Les autochtones semblent ne pas se bousculer pour s’arracher ces grillades. Ils préfèrent plutôt acheter les poulets vivants venus des villages environnants pour en faire une soupe. Amado Sawadogo nous a confié avec un large sourire qu’il ne vend plus assez de poulets depuis un certain temps et comptait laisser tomber ce boulot pour aller "se chercher" très prochainement à Kampti. Amidou Sinon, lui, n’utilise pas la même approche que Sawadogo. Perché derrière son matériel de cuisson et occupé à tourner et à retourner les poulets, il attend avec sérénité que les clients viennent à lui. Son expérience de 3 ans dans cette activité lui a développé le flair si bien qu’il sait répérer les clients, les attirer, les captiver avant de les convaincre à acheter ses poulets. Amidou Sinon, très bavard, saisit chaque occasion pour venter les mérites de sa marchandise.

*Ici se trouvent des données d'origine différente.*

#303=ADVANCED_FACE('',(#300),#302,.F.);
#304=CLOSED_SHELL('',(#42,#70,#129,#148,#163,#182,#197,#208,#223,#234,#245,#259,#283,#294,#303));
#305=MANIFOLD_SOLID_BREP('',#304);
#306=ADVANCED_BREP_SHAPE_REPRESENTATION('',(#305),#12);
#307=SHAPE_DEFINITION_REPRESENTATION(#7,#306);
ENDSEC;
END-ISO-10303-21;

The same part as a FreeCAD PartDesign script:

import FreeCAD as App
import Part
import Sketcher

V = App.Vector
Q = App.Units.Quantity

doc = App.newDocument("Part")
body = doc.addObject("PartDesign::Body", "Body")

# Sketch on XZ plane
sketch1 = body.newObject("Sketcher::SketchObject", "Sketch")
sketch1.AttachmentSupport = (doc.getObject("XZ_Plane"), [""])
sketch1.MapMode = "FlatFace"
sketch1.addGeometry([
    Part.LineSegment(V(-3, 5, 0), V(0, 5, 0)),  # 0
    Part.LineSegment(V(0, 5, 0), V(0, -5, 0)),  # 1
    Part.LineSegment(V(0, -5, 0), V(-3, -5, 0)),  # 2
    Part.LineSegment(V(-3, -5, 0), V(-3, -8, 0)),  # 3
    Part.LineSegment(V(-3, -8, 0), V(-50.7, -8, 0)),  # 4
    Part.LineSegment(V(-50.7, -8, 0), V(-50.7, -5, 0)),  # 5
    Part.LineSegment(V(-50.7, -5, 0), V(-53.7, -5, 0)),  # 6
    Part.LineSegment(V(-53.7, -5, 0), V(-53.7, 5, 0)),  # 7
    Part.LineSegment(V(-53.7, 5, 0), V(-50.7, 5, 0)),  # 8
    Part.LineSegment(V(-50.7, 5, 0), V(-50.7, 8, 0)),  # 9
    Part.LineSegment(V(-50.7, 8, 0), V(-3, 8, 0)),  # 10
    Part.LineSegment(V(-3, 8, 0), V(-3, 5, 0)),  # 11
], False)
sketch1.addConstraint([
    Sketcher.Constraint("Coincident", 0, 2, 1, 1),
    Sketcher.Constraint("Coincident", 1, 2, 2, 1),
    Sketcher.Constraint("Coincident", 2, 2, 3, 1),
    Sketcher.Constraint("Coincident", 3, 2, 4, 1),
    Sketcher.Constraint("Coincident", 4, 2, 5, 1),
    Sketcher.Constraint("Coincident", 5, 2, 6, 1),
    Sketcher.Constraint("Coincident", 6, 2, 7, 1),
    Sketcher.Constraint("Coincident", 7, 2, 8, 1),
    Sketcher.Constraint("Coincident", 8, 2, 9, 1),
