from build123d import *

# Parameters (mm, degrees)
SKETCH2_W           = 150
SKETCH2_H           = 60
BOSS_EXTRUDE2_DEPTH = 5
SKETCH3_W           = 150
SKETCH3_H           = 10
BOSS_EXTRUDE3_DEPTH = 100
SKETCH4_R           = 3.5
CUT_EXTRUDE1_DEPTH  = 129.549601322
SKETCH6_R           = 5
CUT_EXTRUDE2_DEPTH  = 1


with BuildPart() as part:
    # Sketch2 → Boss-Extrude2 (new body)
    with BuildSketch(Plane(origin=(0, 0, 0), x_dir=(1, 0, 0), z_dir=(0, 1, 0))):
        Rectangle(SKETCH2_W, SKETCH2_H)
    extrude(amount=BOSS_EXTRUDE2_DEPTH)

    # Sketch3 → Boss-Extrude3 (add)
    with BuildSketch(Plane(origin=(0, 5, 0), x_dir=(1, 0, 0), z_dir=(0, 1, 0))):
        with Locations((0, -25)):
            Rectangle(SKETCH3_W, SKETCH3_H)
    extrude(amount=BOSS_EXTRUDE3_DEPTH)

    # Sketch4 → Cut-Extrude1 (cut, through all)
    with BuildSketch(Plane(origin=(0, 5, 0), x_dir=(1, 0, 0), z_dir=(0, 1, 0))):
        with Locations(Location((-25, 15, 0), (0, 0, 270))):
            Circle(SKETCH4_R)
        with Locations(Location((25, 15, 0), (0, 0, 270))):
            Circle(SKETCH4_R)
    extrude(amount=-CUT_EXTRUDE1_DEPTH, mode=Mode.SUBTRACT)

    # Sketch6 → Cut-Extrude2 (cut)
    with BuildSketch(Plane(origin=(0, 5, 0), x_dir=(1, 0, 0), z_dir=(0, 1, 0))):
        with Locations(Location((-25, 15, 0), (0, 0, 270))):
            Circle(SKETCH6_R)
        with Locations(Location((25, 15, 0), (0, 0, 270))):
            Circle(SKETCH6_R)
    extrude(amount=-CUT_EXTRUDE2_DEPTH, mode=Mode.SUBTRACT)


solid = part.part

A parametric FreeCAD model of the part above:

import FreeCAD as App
import Part
import Sketcher

V = App.Vector
Q = App.Units.Quantity

doc = App.newDocument("Part")
body = doc.addObject("PartDesign::Body", "Body")

# Sketch on XZ plane
sketch1 = doc.addObject("Sketcher::SketchObject", "Sketch")
body.addObject(sketch1)
sketch1.AttachmentSupport = (doc.XZ_Plane, [""])
sketch1.MapMode = "FlatFace"
sketch1.addGeometry([
    Part.LineSegment(V(-75, -30, 0), V(-75, 30, 0)),
    Part.LineSegment(V(-75, 30, 0), V(75, 30, 0)),
    Part.LineSegment(V(75, 30, 0), V(75, -30, 0)),
    Part.LineSegment(V(75, -30, 0), V(-75, -30, 0)),
], False)
sketch1.addConstraint([
    Sketcher.Constraint("Coincident", 0, 2, 1, 1),
    Sketcher.Constraint("Coincident", 1, 2, 2, 1),
    Sketcher.Constraint("Coincident", 2, 2, 3, 1),
    Sketcher.Constraint("Coincident", 3, 2, 0, 1),
    Sketcher.Constraint("Vertical", 0),
    Sketcher.Constraint("Horizontal", 1),
    Sketcher.Constraint("Vertical", 2),
    Sketcher.Constraint("Horizontal", 3),
    Sketcher.Constraint("Symmetric", 0, 2, 2, 2, -1, 1),
    Sketcher.Constraint("DistanceX", 1, 1, 1, 2, Q("150 mm")),
    Sketcher.Constraint("DistanceY", 0, 1, 0, 2, Q("60 mm")),
])
pad1 = doc.addObject("PartDesign::Pad", "Pad")
body.addObject(pad1)
pad1.Profile = sketch1
pad1.Length = 5
pad1.Reversed = True

# Sketch on XZ plane
sketch2 = doc.addObject("Sketcher::SketchObject", "Sketch001")
body.addObject(sketch2)
sketch2.AttachmentSupport = (doc.XZ_Plane, [""])
sketch2.MapMode = "FlatFace"
sketch2.AttachmentOffset = App.Placement(V(0, 0, -5), App.Rotation())
sketch2.addGeometry([
    Part.LineSegment(V(-75, 20, 0), V(-75, 30, 0)),
    Part.LineSegment(V(-75, 30, 0), V(75, 30, 0)),
    Part.LineSegment(V(75, 30, 0), V(75, 20, 0)),
    Part.LineSegment(V(75, 20, 0), V(-75, 20, 0)),
], False)
sketch2.addConstraint([
    Sketcher.Constraint("Coincident", 0, 2, 1, 1),
    Sketcher.Constraint("Coincident", 1, 2, 2, 1),
    Sketcher.Constraint("Coincident", 2, 2, 3, 1),
    Sketcher.Constraint("Coincident", 3, 2, 0, 1),
    Sketcher.Constraint("Vertical", 0),
    Sketcher.Constraint("Horizontal", 1),
    Sketcher.Constraint("Vertical", 2),
    Sketcher.Constraint("Horizontal", 3),
    Sketcher.Constraint("DistanceX", 1, 1, 1, 2, Q("150 mm")),
    Sketcher.Constraint("DistanceY", 0, 1, 0, 2, Q("10 mm")),
    Sketcher.Constraint("DistanceX", 0, 2, -1, 1, Q("75 mm")),
    Sketcher.Constraint("DistanceY", -1, 1, 0, 2, Q("30 mm")),
])
pad2 = doc.addObject("PartDesign::Pad", "Pad001")
body.addObject(pad2)
pad2.Profile = sketch2
pad2.Length = 100
pad2.Reversed = True

# Sketch on XZ plane
sketch3 = doc.addObject("Sketcher::SketchObject", "Sketch002")
body.addObject(sketch3)
sketch3.AttachmentSupport = (doc.XZ_Plane, [""])
sketch3.MapMode = "FlatFace"
sketch3.AttachmentOffset = App.Placement(V(0, 0, -5), App.Rotation())
sketch3.addGeometry([
    Part.Circle(V(-25, -15, 0), V(0, 0, 1), 3.5),
    Part.Circle(V(25, -15, 0), V(0, 0, 1), 3.5),
], False)
sketch3.addConstraint([
    Sketcher.Constraint("Equal", 0, 1),
    Sketcher.Constraint("Symmetric", 0, 3, 1, 3, -2),
    Sketcher.Constraint("Diameter", 0, Q("7 mm")),
    Sketcher.Constraint("DistanceX", 0, 3, -1, 1, Q("25 mm")),
    Sketcher.Constraint("DistanceY", 0, 3, -1, 1, Q("15 mm")),
])
pocket1 = doc.addObject("PartDesign::Pocket", "Pocket")
body.addObject(pocket1)
pocket1.Profile = sketch3
pocket1.Type = "ThroughAll"
pocket1.Reversed = True

# Sketch on XZ plane
sketch4 = doc.addObject("Sketcher::SketchObject", "Sketch003")
body.addObject(sketch4)
sketch4.AttachmentSupport = (doc.XZ_Plane, [""])
sketch4.MapMode = "FlatFace"
sketch4.AttachmentOffset = App.Placement(V(0, 0, -5), App.Rotation())
sketch4.addGeometry([
    Part.Circle(V(-25, -15, 0), V(0, 0, 1), 5),
    Part.Circle(V(25, -15, 0), V(0, 0, 1), 5),
], False)
sketch4.addConstraint([
    Sketcher.Constraint("Equal", 0, 1),
    Sketcher.Constraint("Symmetric", 0, 3, 1, 3, -2),
    Sketcher.Constraint("Diameter", 0, Q("10 mm")),
    Sketcher.Constraint("DistanceX", 0, 3, -1, 1, Q("25 mm")),
    Sketcher.Constraint("DistanceY", 0, 3, -1, 1, Q("15 mm")),
])
pocket2 = doc.addObject("PartDesign::Pocket", "Pocket001")
body.addObject(pocket2)
pocket2.Profile = sketch4
pocket2.Length = 1
pocket2.Reversed = True

doc.recompute()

Ses poulets sont étalés avec soin après cuisson sans ôter leur tête. Il veut ainsi confirmer à qui vend le savoir qu’il ne vend pas de charognards. "Nous avons été accusés à tort de vendre la viande de charognard, chose que nous n’avons jamais osé faire," déclare t-il.

Cette rumeur a influencé négativement la vente de poulets de Sinon. Il a trouvé cette solution pour rebondir et depuis lors, son commerce aurait pris un nouvel envol. Si cela ne convainc toujours pas les plus sceptiques, Amidou Sinon les dirige vers une concession située derrière eux. C’est là que les poulets et les pintades sont acheminés après l’achat pour leur mise à mort. Un groupe de jeunes visiblement heureux d’exécuter ces tâches, égorge les poulets avant de les passer dans une marmite d’eau bouillante pour être plumés. C’est dans une ambiance bon enfant que ces jeunes s’exécutent tout en fredonnant quelques airs de chanson.

Des prix abordables

Comparativement à Ouagadougou, les poulets de Yako, au vu de leur prix paraissent abordables. C’est le constat dressé par un groupe de colons, présents à Yako pour un camp de reboisement. En effet, les prix varient entre 500 et 1500 francs CFA selon leur forme. Les poulets de 500 francs sont ceux de la veille qui n’ont pu être écoulés. Réchauffés, ils paraissait croustillants.
Le Ouagalais, habitué à payer les poulets à 1500, s’empresse de s’en procurer pour ne pas passer à côté d’une belle occasion. Des réductions de 100 à 300 francs sont faites pour celui qui achète plus d’un poulet. En face des grilleurs de poulets se trouvent les vendeurs de poulets vivants. Eux, les achètent dans les villages environnants et les vendent entre 750 et 1500 francs. Ils n’hésitent pas à crier au premier venu qu’ils feront des réductions considérables.

Ce n’est pas toujours le cas parce que plusieurs clients sont repartis découragé par l’intransigeance du vendeur. Mais lui non plus ne semble pas déçu, se remettant tout de suite à attendre l’arrivée d’un nouveau client. Il y a des prix en dessous desquels le commerçant ne descend plus, et c’est pareil pour tous.

L’appréciation des clients

Les clients en provenance de Ouagadougou, Ouahigouya ou Koudougou, font une brève escale dans un maquis de Yako pour partager 1 ou 2 poulets autour de quelques bouteilles de bierre ou sucreries.
Les cris ainsi que les éclats de rires qui fusaient de certains groupes d’amis ajoutés aux incessants va-et-vient entre la viande de poulet étalée sur une table et la bouche semble confirmer la bonne qualité du menu.

"Le poulet de Yako se laisse savourer" affirme un monsieur d’une trentaine d’années assis confortablement sur une chaise, la main droite préoccupée à manger le poulet tandis que la gauche chassait les mouches qui rodaient autour de son verre de bierre.

"C’est devenu une tradition pour nous de déguster le poulet de Yako avant de reprendre la route pour Ouahigouya" poursuit-il.

Ce sont des groupes d’amis, des familles entières,...venus dans des véhicules personnels ou empruntant les transports en commun qui s’engouffrent dans les maquis avec un sachet de poulets braisés ou rôtis en main. Leur "tort" serait d’avoir goutté une fois le poulet de Yako.